Floriography – send messages using the Victorian language of flowers

floriography

 

Send coded messages like the Victorians using floriography in a nosegay or tussie-mussie. Here’s how…

Plants and fungi may be limited to communication via chemicals, but that’s okay, because we humans created a language for them! Meaning has been attributed to different sorts of vegetation since the Druids harvested mistletoe to use in their Winter Solstice rituals. Flower symbolism has been around through the middle ages and Renaissance when flowers were given moral meanings and included in religious art. Yet floral language – or floriography – had its heyday in the Victorian era.

Floriography is not quite as wildly popular today. The modern person would probably wonder why there was wheat in a bouquet rather than thinking ‘ah! This means wealth and prosperity!’ However, floriography still has a more-than-modest following. The meaning behind some flowers, like red roses, are almost globally-known – and florigraphy itself is a pretty worldly thing. The language of flowers used in the Western world originated in the Turkish empire and was brought to Europe by Lady Mary Wortley Montague, the wife of English ambassador to Constantinople in the 1700s. Lady Montague is more commonly known for her support of women’s rights and authoring the first secular work by a woman about the Muslim Orient!

Flowers, long held as a symbol of love, became a way for lovers to send secret messages to each other in the strait-laced Victorian era. Madam Charlotte de la Tour (the pen-name of Louise Cortambert) wrote something of the ‘official dictionary’ of flower meanings in 1819. While not easily available in print, Madam Tour’s book The Language of Flowers was influential enough for it to have been made available in free, digital archived form.

A second language for flowers, hanakotoba, originated in Japan, most likely at the same time – if not before – the Turks were sending messages via blossoms. Hanakotoba also most likely originated in the same way as the Turkish floriography. Meanings were assigned to flowers based on the physical nature of the plant, such as where it grew, when it bloomed, and what its petals looked like. Flower meanings were also derived from mythology and words that the name of the flower resembled. The flowers appearing in kimono motifs and on greeting cards often are carefully picked so as to correspond with appropriate meanings in the hanakotoba system. Some Japanese feel that, beginning after the second world war, Western floriography has been becoming more and more common among younger generations. However, traditional Japanese flower language is used in many films and animations, such as the hit anime Weiß Kreuz, which features assassins working at ‘The House of Kittens’ flower shop.

In both the East and the West, it was considered horribly unmannerly for one to openly tell their lover how they felt, and this emotional reticence led to floriography’s popularity. The Victorians carried floriography a step further and used flowers to convey all manner of sentiments, from the deep to the trivial.
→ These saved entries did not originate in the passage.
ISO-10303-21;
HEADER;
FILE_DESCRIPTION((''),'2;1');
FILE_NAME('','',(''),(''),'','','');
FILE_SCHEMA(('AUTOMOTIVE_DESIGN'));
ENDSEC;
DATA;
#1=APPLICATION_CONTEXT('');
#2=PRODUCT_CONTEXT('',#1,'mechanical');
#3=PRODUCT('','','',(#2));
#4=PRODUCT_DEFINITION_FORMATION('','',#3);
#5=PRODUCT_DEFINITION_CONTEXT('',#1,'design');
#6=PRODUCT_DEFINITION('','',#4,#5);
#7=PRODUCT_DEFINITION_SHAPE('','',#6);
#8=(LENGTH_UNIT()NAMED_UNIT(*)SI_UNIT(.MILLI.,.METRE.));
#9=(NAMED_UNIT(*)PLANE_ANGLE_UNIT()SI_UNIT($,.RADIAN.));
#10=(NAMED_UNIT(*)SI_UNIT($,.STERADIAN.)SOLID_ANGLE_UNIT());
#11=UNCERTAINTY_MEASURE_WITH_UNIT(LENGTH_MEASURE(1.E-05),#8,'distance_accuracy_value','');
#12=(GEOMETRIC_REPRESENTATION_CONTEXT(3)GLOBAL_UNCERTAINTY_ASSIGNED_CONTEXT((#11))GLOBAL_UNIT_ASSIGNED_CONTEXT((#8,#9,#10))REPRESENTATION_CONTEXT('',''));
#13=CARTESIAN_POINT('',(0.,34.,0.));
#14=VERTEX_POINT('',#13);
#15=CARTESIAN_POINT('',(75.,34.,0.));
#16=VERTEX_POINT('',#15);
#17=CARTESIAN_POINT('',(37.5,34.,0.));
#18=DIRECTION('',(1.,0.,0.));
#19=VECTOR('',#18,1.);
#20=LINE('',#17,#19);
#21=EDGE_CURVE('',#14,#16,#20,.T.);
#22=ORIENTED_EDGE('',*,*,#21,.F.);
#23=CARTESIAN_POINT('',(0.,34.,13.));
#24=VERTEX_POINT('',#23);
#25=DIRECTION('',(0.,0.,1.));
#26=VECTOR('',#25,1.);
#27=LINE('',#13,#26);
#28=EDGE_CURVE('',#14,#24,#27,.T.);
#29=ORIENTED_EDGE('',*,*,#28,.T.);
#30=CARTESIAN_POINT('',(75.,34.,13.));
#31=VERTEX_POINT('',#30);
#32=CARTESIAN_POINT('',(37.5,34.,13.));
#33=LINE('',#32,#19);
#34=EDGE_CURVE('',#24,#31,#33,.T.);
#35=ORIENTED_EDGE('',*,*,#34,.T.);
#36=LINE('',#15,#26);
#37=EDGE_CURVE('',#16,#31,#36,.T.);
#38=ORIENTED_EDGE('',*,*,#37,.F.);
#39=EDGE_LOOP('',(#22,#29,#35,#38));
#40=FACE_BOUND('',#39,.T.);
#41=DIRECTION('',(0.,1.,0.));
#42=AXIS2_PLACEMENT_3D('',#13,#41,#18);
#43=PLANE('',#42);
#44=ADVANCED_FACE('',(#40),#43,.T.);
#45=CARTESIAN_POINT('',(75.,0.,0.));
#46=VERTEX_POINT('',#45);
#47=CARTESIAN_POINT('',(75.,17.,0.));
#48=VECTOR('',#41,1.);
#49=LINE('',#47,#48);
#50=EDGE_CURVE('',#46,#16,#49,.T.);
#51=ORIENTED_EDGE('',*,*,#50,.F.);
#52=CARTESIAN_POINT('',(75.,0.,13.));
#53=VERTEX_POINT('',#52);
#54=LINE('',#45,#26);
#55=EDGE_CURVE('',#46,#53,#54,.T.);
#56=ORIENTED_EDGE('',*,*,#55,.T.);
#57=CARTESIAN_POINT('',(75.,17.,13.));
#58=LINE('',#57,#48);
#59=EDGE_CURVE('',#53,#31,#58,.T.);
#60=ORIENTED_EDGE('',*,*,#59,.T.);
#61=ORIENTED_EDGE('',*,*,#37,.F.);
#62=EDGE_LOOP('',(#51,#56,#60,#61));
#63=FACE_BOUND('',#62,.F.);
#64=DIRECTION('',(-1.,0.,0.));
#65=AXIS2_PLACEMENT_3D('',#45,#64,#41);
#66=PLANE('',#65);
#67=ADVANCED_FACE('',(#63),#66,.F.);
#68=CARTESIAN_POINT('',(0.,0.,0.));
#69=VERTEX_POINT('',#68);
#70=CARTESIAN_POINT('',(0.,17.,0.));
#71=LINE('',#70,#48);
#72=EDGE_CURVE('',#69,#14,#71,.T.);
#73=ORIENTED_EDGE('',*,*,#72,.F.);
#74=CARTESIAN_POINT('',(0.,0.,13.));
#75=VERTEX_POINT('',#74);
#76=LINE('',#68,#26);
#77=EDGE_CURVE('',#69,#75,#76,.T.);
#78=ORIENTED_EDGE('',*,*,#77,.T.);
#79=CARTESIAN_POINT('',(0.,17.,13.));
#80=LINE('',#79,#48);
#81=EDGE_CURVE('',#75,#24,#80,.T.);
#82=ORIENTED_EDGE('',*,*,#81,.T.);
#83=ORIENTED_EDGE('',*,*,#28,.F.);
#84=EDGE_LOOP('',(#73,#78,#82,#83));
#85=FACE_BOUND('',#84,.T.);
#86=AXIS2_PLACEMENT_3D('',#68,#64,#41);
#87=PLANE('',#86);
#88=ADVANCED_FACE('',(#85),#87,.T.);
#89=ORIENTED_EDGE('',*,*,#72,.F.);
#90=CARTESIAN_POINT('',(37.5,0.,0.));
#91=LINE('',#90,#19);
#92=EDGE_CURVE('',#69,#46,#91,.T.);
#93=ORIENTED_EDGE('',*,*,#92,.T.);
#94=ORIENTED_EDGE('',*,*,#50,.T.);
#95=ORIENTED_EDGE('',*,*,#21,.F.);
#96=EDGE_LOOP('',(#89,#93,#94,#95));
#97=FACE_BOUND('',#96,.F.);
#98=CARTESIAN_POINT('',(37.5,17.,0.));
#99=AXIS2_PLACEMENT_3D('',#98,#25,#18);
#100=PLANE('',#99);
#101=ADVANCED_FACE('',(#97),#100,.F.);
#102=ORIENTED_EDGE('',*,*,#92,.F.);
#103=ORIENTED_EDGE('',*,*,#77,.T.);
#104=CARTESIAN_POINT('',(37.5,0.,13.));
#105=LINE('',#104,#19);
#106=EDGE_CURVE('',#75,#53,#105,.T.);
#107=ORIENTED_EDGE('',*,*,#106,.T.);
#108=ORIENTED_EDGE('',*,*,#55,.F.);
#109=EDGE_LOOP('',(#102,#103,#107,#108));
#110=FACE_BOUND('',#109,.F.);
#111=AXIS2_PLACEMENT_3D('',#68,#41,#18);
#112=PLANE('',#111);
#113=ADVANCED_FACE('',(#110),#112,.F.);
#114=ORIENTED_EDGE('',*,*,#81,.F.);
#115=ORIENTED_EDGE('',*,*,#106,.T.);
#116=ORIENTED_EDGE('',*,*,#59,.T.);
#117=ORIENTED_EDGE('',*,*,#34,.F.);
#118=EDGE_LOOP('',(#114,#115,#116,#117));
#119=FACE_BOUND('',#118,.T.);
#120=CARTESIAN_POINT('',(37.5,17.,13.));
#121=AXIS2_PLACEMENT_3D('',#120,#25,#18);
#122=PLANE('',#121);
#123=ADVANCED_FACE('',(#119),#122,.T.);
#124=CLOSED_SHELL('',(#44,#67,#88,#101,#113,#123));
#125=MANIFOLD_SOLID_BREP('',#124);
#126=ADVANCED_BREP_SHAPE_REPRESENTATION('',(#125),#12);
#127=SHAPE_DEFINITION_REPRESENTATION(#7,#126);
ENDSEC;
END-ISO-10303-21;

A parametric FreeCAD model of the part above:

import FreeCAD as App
import Part
import Sketcher

doc = App.newDocument("Part")
params = doc.addObject("Spreadsheet::Sheet", "Params")
for row, (alias, value) in enumerate([
    ("sketch1_width", "75 mm"),
    ("sketch1_height", "34 mm"),
    ("pad1_length", "13 mm"),
], start=1):
    params.set(f"A{row}", alias)
    params.set(f"B{row}", "=" + value)
    params.setAlias(f"B{row}", alias)

body = doc.addObject("PartDesign::Body", "Body")

# Sketch on XY plane
sketch1 = body.newObject("Sketcher::SketchObject", "Sketch")
sketch1.AttachmentSupport = (doc.getObject("XY_Plane"), [""])
sketch1.MapMode = "FlatFace"
sketch1.addGeometry([
    Part.LineSegment(App.Vector(0, 34, 0), App.Vector(0, 0, 0)),
    Part.LineSegment(App.Vector(0, 0, 0), App.Vector(75, 0, 0)),
    Part.LineSegment(App.Vector(75, 0, 0), App.Vector(75, 34, 0)),
    Part.LineSegment(App.Vector(75, 34, 0), App.Vector(0, 34, 0)),
], False)
sketch1.addConstraint([
    Sketcher.Constraint("Coincident", 0, 2, 1, 1),
    Sketcher.Constraint("Coincident", 1, 2, 2, 1),
    Sketcher.Constraint("Coincident", 2, 2, 3, 1),
    Sketcher.Constraint("Coincident", 3, 2, 0, 1),
    Sketcher.Constraint("Vertical", 0),
    Sketcher.Constraint("Horizontal", 1),
    Sketcher.Constraint("Vertical", 2),
    Sketcher.Constraint("Horizontal", 3),
    Sketcher.Constraint("Coincident", 0, 2, -1, 1),
    Sketcher.Constraint("DistanceX", 1, 1, 1, 2, 75.0),
    Sketcher.Constraint("DistanceY", 0, 2, 0, 1, 34.0),
])
sketch1.setExpression("Constraints[9]", "Params.sketch1_width")
sketch1.setExpression("Constraints[10]", "Params.sketch1_height")
pad1 = body.newObject("PartDesign::Pad", "Pad")
pad1.Profile = sketch1
pad1.setExpression("Length", "Params.pad1_length")

doc.recompute()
The list presented here is just a taste of the banquet of bouquets.

Flower meanings in Victorian floriography

  • Aloe – Grief
  • Almond – Promise
  • Balsamine – Impatience
  • Bellflower – Thinking of you
  • Daisy – Innocence
  • Grass – Submission
  • Ivy – Dependence
  • Lavender – Devotion or Distrust
  • Lime Blossom – Fornication
  • Lotus – Chastity
  • Marigold – Pain
  • Mint – Suspicion
  • Oak Leaves – Strength
  • Pear Blossom – Lasting friendship
  • Poppy – Eternal Sleep or Imagination
  • Thistle – Nobility
  • Violet – Modesty
  • Witchhazel – A Spell

Additionally, each day of the year has its own flower in floriograph culture with both Western and Eastern variants.

Floriography methods

Floriographic messages can be sent in bouquets or secretly planted in the recipient’s lawn, but the traditional Western method is through something known as the nosegay, posey or tussie-mussie. Tussie-mussies are, more or less, miniature flower bouquets wrapped in a lace doily and tied with ribbons or, as was popular in the late Victorian era, placed in an elegant silver holder. The ideal posey is small enough to be carried as a fashion accessory, but large enough to contain the variety of flowers needed to convey a complete message. The art of flower appreciation and the making of nosegays was taught at finishing schools so that young ladies of the day could both make and decipher bouquets.

Hpow to make a basic Victorian nosegay:

1. Trim down extra leaves from the flowers so you can work with the stems.

2. Start by holding the flower(s) you want to be the centre of your bouquet, usually the largest and brightest ones.

3. Add a circle of filler flowers around the centrepiece.

4. Repeat step three as desired, using smaller flowers each time.

5. Wrap large leaves around the bottom of the arrangement, making sure they are just low enough to frame the flowers.

6. Wrap floral (or scotch or electrical or duct) tape around the entire arrangement. If you’re using silk flowers for an everlasting bouquet, hot glue is a very effective substitute.

7. Add a lace doily, ribbons, Victorian charms, faux pearls, or whatever else you want.

8. Give your Victorian nosegay to someone special!